▶ **Required work**: Work through the material beneath and count the lines that include "ParK"; the answer is that number alone.

Top of Data excerpts

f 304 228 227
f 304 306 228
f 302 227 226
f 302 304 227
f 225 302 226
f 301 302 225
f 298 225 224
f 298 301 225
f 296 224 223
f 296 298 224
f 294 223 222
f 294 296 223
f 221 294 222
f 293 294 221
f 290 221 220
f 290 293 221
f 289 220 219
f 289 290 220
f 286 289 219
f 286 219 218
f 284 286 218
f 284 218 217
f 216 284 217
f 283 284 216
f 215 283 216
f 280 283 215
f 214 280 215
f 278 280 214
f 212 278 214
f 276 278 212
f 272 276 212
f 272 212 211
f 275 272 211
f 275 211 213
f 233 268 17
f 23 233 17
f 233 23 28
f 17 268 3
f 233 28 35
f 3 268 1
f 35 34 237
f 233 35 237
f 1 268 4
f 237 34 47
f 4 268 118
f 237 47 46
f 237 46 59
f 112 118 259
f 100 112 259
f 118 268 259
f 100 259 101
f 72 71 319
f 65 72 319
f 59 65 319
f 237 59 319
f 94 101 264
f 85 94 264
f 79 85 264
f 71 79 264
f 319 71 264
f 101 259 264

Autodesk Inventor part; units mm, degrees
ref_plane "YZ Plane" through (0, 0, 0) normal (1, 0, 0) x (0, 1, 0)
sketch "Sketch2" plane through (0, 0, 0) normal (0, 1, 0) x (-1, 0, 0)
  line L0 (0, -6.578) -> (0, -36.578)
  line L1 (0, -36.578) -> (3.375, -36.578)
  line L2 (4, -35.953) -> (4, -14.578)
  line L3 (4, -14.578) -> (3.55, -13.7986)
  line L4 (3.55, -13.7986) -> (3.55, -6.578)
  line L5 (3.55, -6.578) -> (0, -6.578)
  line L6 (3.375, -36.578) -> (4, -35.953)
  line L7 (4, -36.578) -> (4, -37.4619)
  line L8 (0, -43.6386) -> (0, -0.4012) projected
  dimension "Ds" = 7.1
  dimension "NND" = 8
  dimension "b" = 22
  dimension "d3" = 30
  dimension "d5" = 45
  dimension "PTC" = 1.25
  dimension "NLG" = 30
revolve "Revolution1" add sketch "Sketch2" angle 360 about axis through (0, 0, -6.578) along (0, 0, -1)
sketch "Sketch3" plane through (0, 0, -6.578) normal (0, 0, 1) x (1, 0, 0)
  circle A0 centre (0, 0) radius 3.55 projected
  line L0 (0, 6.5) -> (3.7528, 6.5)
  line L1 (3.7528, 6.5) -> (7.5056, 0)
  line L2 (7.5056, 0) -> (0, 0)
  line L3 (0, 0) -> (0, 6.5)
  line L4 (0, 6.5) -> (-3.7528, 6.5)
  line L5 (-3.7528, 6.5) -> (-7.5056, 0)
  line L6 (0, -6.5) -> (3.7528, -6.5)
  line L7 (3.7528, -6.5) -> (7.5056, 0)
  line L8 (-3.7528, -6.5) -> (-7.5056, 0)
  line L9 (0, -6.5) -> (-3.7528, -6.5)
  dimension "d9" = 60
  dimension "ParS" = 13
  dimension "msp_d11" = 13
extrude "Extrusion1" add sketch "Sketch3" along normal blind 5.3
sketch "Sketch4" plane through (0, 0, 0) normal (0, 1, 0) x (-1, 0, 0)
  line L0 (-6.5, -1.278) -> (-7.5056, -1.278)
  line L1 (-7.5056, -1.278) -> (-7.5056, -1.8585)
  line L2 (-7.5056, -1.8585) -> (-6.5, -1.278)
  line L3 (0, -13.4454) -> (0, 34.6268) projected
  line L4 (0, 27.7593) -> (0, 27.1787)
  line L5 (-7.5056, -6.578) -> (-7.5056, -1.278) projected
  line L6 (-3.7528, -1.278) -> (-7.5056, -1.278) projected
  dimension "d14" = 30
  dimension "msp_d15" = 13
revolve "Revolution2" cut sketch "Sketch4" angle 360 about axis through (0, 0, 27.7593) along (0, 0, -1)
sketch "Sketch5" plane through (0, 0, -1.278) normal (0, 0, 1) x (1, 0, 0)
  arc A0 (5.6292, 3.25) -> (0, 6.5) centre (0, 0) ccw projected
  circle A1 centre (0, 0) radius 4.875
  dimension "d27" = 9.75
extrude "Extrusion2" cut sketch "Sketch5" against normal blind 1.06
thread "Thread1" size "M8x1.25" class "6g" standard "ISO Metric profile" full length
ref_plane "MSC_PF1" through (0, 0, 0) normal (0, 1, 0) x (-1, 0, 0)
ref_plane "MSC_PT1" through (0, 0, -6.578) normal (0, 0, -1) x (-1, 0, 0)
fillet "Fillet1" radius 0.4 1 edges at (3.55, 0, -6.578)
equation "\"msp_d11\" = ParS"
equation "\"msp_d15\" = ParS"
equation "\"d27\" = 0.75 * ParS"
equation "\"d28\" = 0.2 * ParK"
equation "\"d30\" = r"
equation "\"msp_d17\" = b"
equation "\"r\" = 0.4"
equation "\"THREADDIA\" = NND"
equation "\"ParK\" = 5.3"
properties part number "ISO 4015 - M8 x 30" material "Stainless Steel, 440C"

Bottom of Data excerpts

▶ **Solved problem**: 2